- [Your task] Only the lines of the data holding the string "DIRECTION" need to be returned.

- [Dataset content]
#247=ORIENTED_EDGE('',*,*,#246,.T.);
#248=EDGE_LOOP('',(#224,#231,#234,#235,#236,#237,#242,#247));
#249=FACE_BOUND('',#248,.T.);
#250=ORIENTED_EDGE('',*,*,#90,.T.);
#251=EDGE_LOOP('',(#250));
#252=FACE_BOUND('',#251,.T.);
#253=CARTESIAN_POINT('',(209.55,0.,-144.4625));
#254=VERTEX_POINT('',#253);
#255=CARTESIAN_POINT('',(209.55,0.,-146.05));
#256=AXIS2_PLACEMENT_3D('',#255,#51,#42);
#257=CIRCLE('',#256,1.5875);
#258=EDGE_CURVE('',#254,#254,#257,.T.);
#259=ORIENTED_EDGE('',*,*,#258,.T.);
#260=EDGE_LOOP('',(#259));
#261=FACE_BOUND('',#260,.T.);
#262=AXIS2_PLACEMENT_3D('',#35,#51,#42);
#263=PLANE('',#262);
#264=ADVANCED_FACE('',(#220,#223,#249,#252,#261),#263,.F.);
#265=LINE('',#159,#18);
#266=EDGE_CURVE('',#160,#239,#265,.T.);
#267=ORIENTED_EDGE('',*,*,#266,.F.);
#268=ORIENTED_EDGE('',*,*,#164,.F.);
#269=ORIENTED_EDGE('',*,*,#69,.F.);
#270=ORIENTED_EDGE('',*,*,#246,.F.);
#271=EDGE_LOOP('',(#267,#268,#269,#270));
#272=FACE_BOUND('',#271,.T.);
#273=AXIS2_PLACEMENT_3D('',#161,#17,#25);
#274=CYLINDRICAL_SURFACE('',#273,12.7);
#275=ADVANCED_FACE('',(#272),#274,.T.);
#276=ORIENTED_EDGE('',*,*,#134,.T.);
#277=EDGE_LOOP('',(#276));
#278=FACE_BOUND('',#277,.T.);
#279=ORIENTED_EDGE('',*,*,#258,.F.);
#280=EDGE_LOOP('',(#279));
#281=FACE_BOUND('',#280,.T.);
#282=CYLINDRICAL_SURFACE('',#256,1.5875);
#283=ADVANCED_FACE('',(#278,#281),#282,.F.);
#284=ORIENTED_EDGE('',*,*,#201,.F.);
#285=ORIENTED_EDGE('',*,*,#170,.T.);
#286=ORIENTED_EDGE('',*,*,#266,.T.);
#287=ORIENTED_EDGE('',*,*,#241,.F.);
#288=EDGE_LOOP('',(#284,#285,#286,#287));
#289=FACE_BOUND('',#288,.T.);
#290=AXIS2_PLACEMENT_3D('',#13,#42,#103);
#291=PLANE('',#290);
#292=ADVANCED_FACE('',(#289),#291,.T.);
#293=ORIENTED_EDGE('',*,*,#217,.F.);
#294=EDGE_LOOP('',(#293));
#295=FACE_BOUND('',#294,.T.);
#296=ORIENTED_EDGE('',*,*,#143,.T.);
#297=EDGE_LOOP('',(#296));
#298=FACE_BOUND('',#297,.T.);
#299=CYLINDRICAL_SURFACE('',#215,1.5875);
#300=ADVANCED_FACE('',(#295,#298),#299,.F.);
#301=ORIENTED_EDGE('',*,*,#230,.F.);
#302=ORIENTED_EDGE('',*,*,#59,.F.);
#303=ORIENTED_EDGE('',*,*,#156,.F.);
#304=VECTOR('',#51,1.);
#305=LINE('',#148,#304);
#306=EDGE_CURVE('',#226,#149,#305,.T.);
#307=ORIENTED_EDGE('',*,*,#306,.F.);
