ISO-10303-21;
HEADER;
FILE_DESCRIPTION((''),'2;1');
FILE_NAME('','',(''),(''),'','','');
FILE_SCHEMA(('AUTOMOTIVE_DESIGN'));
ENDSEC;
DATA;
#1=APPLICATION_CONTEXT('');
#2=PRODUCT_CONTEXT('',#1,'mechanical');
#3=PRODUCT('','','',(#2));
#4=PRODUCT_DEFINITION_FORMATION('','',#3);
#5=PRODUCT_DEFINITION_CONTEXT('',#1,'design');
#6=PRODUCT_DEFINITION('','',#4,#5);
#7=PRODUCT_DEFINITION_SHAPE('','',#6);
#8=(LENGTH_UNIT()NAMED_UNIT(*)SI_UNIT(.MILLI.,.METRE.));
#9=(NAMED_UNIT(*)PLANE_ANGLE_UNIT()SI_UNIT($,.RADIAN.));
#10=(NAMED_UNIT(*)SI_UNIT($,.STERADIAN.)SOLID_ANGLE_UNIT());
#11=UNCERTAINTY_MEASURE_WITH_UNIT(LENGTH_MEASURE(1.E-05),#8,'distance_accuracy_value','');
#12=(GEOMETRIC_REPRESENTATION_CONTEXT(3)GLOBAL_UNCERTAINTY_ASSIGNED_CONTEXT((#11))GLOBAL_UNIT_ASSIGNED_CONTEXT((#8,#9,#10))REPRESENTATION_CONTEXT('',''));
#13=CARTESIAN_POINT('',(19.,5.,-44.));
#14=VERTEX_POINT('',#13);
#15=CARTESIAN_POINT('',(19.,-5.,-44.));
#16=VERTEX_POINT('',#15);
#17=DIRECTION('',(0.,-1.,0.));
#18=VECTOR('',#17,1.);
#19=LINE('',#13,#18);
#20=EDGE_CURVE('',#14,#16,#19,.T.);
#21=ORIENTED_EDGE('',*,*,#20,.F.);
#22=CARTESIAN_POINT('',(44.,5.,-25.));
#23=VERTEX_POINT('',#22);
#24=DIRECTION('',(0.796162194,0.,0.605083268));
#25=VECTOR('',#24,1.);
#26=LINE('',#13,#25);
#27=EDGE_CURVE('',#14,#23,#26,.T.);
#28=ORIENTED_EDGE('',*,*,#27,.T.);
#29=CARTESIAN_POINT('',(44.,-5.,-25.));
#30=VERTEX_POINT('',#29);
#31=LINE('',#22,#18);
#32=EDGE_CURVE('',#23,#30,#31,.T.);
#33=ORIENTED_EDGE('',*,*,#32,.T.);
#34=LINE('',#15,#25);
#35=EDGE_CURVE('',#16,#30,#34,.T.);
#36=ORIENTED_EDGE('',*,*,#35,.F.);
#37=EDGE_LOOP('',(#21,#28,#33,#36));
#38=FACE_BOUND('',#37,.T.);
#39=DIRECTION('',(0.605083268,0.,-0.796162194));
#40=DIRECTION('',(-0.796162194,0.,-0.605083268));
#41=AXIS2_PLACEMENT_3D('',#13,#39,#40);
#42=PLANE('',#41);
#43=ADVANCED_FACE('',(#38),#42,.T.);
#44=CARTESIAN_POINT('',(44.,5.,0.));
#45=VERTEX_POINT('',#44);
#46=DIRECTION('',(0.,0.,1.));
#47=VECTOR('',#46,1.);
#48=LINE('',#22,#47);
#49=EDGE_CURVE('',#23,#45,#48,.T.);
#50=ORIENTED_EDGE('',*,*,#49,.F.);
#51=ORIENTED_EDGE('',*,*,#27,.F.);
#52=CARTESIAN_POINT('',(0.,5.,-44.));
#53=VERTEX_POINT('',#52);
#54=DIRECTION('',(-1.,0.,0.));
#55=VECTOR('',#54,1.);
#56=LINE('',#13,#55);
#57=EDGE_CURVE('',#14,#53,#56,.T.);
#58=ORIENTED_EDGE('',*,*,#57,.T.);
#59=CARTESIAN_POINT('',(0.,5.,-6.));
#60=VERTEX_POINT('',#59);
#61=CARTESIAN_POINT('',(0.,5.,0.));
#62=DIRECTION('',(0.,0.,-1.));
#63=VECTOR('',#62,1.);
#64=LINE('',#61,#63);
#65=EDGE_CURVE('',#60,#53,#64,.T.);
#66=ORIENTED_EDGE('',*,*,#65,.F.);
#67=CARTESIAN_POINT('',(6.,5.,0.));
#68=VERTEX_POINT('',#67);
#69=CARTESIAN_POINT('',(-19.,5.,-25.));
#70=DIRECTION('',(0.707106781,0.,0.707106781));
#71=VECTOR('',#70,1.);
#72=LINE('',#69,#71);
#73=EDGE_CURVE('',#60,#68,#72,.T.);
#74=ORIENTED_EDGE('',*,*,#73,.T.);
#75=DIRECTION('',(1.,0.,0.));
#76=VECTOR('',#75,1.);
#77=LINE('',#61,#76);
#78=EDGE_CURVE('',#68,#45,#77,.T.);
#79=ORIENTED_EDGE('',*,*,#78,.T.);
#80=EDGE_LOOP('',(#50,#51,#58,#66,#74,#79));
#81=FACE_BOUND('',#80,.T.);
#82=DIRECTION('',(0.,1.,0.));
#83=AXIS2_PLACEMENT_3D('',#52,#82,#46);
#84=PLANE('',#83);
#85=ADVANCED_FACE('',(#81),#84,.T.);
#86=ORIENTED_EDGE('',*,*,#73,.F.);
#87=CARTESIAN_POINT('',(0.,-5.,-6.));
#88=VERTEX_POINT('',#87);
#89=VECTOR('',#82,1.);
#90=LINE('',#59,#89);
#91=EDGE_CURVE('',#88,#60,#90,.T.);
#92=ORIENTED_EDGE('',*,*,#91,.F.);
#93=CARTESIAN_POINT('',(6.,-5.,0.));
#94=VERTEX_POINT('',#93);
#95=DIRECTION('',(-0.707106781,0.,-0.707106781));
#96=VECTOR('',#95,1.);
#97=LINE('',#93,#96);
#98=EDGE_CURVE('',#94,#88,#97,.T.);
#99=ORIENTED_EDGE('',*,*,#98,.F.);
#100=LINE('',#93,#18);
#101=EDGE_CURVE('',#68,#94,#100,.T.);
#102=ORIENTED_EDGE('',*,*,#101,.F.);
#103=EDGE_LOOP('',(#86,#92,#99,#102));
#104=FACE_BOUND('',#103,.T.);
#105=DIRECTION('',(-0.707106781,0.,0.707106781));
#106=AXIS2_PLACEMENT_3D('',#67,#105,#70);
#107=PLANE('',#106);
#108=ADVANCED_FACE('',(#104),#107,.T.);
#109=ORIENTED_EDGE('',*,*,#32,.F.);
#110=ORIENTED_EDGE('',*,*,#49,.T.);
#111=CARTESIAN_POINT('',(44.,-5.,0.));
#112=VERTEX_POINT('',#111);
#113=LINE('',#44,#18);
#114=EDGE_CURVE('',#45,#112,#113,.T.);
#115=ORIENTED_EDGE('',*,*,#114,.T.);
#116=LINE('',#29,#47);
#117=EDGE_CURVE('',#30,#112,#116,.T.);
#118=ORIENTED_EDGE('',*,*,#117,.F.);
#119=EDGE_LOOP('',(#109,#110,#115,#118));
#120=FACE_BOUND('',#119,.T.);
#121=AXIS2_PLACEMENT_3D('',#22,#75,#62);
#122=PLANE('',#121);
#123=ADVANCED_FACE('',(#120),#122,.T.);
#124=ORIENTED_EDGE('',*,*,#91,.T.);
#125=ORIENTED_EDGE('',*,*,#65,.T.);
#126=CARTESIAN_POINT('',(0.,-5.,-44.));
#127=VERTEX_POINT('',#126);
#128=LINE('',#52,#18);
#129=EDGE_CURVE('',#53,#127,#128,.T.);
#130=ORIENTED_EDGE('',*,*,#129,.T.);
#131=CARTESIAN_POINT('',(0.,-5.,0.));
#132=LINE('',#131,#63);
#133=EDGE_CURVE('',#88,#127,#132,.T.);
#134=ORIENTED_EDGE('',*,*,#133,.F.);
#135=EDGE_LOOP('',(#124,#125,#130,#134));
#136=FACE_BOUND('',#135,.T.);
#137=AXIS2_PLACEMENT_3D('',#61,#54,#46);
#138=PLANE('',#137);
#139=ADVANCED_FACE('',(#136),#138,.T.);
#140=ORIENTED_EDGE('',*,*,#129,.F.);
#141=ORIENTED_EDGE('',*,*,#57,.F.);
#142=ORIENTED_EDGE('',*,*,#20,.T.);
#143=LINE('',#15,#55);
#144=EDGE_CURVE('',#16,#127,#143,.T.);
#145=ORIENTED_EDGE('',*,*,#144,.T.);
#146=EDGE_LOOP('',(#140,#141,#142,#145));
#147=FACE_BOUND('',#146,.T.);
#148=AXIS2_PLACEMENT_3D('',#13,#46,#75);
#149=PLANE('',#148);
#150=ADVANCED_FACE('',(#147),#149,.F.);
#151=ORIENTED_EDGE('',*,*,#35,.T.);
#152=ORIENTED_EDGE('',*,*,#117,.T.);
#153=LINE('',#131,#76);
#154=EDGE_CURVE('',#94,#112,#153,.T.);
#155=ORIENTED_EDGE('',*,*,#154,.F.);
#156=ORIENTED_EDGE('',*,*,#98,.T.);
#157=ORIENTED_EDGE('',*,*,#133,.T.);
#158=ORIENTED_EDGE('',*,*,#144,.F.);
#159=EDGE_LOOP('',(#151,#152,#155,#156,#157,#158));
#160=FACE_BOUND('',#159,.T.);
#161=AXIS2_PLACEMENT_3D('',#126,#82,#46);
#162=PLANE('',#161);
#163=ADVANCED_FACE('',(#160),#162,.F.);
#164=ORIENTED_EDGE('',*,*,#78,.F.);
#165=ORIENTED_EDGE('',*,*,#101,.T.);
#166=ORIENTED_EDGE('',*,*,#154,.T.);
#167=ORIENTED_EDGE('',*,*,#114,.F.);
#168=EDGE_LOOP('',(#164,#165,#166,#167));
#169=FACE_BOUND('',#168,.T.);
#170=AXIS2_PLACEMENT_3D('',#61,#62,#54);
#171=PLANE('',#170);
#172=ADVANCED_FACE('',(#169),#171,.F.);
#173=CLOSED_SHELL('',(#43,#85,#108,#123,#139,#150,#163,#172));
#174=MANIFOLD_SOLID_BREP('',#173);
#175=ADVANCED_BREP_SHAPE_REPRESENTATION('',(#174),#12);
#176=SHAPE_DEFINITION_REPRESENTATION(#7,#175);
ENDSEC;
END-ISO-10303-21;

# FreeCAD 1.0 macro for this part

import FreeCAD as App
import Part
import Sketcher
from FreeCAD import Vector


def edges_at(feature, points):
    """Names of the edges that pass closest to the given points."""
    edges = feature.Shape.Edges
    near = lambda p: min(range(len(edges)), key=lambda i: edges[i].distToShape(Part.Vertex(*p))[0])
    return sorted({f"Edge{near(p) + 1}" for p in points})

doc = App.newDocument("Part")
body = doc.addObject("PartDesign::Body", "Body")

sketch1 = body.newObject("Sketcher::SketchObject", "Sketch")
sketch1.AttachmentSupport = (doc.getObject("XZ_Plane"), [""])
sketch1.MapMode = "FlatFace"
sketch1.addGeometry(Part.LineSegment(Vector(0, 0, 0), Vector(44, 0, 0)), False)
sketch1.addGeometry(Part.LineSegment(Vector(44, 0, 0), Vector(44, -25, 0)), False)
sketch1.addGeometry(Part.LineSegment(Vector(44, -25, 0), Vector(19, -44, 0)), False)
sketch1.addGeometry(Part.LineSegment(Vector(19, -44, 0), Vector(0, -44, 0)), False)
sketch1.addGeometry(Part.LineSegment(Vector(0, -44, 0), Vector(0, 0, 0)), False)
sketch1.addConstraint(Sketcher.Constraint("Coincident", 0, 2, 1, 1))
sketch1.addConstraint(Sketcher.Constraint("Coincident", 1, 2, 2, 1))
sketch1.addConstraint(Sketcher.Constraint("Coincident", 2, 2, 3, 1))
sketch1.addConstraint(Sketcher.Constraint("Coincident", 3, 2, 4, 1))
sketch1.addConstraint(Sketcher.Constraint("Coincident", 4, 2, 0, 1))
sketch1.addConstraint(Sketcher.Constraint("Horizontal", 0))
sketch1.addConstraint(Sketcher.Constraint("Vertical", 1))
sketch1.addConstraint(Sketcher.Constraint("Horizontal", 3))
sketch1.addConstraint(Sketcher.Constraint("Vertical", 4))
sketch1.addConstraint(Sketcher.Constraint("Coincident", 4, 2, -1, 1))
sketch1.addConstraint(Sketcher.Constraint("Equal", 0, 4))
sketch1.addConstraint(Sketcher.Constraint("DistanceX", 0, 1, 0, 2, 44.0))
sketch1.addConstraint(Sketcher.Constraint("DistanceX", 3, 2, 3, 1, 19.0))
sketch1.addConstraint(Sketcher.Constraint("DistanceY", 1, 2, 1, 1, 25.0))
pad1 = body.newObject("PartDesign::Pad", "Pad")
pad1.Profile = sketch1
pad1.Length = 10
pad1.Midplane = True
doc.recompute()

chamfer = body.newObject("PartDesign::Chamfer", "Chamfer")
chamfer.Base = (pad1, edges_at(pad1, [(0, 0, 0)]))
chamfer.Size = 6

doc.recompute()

- [Response]
#17=DIRECTION('',(0.,-1.,0.));
#24=DIRECTION('',(0.796162194,0.,0.605083268));
#39=DIRECTION('',(0.605083268,0.,-0.796162194));
#40=DIRECTION('',(-0.796162194,0.,-0.605083268));
#46=DIRECTION('',(0.,0.,1.));
#54=DIRECTION('',(-1.,0.,0.));
#62=DIRECTION('',(0.,0.,-1.));
#70=DIRECTION('',(0.707106781,0.,0.707106781));
#75=DIRECTION('',(1.,0.,0.));
#82=DIRECTION('',(0.,1.,0.));
#95=DIRECTION('',(-0.707106781,0.,-0.707106781));
#105=DIRECTION('',(-0.707106781,0.,0.707106781));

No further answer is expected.